The problem> Scan the entries for lines with the word "origin", then copy those lines.

Data supplied>
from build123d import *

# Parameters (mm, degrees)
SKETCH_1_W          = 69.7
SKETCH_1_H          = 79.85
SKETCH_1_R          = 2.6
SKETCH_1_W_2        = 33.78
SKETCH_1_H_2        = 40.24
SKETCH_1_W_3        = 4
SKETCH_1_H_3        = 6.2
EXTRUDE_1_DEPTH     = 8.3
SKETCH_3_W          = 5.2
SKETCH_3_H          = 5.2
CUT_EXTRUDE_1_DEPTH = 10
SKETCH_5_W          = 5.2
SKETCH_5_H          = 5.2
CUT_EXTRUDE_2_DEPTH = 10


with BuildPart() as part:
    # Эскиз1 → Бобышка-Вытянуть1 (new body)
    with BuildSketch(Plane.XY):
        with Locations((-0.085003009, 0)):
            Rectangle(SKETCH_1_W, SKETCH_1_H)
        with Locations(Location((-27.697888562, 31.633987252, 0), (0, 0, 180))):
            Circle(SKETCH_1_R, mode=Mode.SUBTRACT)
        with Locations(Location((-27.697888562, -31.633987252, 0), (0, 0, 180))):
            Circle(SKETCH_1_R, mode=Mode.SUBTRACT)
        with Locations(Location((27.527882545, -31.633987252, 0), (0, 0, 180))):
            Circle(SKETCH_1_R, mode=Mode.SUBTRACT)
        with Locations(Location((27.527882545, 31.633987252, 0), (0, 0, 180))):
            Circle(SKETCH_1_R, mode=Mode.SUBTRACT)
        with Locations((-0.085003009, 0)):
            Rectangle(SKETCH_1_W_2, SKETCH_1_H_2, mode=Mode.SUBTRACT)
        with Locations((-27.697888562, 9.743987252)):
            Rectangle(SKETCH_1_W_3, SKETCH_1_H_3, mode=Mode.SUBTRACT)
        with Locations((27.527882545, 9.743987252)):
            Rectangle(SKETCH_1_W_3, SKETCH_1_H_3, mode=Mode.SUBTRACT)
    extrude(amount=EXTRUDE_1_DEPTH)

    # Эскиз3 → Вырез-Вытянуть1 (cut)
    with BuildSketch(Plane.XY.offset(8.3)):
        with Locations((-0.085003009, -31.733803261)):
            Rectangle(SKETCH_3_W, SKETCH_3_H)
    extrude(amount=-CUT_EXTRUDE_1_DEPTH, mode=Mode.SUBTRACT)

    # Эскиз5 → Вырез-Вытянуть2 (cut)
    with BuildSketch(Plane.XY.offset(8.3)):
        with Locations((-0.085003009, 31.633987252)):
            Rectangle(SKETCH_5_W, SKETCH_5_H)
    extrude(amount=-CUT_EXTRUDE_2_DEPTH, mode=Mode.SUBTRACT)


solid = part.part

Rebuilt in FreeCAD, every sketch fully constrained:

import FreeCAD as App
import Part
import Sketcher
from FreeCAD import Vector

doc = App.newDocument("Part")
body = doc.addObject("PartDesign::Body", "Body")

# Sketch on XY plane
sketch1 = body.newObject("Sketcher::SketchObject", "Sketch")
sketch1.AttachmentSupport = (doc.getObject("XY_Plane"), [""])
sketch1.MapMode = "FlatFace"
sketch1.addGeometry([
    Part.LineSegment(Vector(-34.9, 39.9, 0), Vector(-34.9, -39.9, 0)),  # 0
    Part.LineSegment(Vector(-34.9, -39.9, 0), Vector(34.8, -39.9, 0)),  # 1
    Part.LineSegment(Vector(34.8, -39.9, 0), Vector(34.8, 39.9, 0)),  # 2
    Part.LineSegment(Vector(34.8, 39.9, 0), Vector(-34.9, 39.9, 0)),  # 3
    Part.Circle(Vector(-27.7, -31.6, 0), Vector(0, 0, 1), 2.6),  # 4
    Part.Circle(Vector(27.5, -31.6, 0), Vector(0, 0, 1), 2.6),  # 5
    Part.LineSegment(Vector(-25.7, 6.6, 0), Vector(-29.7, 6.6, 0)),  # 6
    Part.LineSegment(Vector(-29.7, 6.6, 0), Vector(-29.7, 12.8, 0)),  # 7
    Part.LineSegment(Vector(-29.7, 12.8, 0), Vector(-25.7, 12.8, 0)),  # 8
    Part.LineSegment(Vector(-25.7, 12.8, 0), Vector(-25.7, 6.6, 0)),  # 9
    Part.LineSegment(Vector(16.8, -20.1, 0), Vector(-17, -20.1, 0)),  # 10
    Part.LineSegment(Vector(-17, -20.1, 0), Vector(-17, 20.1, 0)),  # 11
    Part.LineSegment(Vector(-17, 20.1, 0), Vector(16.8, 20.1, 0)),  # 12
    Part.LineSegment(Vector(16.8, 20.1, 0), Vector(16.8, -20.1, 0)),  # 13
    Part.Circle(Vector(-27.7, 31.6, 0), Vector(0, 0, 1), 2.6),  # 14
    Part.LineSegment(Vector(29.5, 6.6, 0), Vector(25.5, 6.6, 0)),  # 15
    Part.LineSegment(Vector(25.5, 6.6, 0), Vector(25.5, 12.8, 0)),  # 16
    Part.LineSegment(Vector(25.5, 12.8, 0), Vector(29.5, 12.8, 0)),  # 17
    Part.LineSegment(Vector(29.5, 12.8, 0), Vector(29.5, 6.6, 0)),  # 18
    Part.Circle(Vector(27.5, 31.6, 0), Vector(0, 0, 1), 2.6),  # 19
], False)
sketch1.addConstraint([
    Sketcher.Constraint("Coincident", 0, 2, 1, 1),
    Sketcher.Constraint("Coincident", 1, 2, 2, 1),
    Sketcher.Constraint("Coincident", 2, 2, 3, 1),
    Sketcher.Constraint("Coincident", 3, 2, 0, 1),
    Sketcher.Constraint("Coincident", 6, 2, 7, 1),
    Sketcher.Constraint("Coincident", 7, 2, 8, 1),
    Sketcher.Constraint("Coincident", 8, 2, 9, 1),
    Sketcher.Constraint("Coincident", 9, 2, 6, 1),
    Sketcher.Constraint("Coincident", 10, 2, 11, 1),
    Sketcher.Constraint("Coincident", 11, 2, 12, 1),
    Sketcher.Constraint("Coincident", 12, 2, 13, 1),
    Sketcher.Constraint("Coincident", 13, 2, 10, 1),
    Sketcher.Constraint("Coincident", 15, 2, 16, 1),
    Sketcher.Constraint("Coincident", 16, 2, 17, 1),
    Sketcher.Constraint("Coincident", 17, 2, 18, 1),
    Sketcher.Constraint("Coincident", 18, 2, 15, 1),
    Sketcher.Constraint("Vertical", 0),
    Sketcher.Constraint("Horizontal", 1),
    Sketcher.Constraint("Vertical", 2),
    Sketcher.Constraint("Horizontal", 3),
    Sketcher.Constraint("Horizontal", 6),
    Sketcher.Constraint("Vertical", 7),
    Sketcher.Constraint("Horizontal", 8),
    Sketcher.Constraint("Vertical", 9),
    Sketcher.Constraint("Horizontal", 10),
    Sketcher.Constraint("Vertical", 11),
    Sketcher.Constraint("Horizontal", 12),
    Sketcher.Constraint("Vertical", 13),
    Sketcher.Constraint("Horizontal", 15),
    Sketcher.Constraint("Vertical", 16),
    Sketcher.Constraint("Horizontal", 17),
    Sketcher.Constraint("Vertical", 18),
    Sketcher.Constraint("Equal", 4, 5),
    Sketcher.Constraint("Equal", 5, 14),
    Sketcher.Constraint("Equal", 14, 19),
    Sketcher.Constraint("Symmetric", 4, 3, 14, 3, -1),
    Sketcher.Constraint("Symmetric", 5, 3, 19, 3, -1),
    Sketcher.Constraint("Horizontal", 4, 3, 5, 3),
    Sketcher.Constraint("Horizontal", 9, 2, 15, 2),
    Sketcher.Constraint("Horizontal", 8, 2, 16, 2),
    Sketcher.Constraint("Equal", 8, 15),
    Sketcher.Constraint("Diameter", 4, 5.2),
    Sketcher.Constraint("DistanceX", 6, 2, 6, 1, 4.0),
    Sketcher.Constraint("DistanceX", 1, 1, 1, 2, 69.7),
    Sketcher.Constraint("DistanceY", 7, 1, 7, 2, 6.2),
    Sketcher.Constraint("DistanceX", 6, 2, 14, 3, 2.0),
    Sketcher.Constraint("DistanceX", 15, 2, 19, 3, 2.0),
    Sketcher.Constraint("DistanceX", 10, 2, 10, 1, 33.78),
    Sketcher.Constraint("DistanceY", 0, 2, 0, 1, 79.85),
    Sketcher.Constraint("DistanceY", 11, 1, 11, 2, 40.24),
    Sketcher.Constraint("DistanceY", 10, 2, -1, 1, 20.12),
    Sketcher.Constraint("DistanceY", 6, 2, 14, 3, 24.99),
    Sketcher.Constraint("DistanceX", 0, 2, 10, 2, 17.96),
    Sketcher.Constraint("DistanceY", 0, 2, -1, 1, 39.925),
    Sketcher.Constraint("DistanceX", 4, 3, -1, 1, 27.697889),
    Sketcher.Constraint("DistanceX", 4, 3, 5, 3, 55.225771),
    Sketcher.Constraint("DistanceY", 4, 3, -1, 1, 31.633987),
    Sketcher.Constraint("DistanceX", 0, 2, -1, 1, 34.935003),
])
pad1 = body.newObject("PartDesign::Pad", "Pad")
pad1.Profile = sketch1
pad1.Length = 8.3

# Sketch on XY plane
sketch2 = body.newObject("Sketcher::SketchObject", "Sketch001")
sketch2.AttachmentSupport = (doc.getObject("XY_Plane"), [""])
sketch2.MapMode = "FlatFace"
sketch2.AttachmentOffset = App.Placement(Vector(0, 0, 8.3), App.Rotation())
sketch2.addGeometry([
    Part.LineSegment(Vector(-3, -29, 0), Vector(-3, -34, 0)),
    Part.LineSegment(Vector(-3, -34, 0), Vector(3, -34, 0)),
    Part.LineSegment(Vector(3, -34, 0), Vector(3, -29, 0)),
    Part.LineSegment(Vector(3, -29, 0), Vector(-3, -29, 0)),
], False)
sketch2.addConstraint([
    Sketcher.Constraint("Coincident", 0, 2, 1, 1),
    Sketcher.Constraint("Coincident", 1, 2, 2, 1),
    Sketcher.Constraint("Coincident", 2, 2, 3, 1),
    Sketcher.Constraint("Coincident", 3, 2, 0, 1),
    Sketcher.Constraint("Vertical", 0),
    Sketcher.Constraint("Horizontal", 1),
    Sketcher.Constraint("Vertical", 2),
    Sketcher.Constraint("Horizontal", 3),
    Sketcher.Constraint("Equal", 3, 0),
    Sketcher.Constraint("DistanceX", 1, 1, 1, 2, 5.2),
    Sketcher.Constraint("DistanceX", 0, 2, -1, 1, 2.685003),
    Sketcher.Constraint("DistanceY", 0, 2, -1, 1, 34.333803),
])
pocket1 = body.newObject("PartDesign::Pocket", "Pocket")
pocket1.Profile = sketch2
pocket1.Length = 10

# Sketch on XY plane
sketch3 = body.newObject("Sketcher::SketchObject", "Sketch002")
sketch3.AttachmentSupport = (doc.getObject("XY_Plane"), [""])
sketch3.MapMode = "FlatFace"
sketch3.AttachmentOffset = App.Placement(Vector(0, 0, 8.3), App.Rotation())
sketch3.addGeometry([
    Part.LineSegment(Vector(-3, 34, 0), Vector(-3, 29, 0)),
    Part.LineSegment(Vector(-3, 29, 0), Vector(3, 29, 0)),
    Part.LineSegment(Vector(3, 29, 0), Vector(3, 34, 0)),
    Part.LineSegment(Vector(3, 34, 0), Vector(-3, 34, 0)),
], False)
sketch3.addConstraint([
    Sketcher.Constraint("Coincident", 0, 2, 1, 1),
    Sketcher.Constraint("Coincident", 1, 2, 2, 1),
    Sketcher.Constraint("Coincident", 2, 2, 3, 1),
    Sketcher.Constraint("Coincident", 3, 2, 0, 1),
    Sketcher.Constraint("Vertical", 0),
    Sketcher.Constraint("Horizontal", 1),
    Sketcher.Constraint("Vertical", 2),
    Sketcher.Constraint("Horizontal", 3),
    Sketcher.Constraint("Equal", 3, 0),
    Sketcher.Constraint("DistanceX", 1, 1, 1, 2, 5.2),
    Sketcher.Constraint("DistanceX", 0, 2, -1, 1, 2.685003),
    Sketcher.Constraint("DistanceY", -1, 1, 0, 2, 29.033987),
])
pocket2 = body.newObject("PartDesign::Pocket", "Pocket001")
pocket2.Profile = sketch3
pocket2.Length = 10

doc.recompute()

==

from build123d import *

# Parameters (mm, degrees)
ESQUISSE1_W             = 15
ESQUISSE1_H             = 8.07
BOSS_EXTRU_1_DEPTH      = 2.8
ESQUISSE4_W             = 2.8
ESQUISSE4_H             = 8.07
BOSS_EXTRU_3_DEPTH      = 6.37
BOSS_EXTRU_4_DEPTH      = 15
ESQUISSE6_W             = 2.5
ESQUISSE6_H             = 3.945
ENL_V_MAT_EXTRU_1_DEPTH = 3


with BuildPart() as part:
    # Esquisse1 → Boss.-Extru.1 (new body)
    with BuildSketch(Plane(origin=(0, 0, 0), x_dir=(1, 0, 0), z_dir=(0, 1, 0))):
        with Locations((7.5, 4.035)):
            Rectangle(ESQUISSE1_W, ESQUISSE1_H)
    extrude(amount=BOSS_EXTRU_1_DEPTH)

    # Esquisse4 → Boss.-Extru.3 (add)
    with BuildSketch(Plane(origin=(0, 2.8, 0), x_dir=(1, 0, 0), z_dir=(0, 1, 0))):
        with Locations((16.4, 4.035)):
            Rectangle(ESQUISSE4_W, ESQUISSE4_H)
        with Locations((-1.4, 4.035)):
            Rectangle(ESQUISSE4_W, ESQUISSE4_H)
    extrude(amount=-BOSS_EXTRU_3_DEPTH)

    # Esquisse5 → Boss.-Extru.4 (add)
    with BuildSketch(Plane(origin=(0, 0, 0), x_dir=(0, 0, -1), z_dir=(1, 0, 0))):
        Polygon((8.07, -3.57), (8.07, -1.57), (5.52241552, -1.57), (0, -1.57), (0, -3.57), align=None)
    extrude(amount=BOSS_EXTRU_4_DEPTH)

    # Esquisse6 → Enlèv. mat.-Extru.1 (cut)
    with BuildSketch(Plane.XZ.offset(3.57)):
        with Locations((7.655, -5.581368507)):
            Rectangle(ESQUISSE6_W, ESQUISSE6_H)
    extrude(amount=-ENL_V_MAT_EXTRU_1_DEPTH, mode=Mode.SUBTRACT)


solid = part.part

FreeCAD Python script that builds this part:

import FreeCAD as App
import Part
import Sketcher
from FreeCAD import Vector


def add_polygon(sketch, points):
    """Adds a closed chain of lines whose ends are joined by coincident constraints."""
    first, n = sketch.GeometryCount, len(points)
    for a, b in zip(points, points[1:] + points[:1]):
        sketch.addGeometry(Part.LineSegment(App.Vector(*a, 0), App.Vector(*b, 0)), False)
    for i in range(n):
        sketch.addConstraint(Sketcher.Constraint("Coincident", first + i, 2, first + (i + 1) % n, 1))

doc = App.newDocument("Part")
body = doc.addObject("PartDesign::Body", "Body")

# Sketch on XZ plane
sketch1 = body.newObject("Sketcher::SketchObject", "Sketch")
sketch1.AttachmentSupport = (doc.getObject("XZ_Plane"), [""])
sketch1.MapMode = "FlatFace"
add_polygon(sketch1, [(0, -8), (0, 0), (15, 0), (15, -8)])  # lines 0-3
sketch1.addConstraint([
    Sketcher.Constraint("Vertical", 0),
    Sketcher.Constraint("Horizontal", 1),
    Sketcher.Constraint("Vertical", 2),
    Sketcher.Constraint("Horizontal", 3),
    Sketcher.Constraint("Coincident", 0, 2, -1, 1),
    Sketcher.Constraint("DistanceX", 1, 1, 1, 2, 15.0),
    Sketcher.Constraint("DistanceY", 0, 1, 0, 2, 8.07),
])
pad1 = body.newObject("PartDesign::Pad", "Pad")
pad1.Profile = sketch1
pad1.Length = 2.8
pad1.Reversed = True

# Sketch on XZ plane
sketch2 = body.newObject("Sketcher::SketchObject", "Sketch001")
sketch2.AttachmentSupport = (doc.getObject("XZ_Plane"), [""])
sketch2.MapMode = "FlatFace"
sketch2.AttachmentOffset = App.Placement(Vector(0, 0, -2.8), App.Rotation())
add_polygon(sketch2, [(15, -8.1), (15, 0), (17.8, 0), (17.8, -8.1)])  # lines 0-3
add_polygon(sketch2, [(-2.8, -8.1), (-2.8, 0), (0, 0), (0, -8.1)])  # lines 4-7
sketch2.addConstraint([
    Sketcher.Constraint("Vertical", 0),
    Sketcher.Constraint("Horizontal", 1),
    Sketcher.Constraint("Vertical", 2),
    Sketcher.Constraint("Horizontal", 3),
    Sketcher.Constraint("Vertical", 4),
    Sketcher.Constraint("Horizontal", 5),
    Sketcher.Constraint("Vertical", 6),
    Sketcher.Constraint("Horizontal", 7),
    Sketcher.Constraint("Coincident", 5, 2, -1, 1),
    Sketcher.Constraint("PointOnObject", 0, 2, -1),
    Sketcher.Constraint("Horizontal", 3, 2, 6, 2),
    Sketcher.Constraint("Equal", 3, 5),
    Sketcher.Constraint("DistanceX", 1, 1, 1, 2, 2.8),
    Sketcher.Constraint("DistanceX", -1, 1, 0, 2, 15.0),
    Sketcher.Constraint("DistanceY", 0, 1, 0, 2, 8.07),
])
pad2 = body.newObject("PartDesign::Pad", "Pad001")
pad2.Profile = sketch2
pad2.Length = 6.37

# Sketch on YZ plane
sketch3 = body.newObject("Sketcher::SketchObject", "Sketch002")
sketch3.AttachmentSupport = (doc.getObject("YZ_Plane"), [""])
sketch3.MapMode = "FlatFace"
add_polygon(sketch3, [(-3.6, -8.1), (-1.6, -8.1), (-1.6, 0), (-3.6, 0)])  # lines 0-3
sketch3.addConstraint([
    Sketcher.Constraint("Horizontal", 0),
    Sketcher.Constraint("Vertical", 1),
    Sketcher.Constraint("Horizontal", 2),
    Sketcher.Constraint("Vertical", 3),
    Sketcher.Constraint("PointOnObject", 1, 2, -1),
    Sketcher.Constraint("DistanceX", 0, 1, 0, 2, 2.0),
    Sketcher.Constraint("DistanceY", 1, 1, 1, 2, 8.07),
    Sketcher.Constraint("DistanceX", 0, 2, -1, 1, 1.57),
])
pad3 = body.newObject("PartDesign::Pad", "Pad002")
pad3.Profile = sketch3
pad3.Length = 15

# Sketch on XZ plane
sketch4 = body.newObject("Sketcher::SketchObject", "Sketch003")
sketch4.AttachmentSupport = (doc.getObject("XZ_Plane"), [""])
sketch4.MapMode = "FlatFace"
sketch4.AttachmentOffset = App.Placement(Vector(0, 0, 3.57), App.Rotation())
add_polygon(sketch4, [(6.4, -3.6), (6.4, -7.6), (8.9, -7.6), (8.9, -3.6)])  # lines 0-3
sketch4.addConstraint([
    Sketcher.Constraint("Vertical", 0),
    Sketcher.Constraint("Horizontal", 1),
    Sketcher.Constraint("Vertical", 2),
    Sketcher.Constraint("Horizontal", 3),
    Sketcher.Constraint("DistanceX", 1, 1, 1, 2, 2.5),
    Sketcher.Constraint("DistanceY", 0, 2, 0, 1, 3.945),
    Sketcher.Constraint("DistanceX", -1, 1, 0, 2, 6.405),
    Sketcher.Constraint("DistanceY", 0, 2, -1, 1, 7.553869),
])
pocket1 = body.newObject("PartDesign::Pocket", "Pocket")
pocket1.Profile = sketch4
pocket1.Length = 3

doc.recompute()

Solved problem>
    with BuildSketch(Plane(origin=(0, 0, 0), x_dir=(1, 0, 0), z_dir=(0, 1, 0))):
    with BuildSketch(Plane(origin=(0, 2.8, 0), x_dir=(1, 0, 0), z_dir=(0, 1, 0))):
    with BuildSketch(Plane(origin=(0, 0, 0), x_dir=(0, 0, -1), z_dir=(1, 0, 0))):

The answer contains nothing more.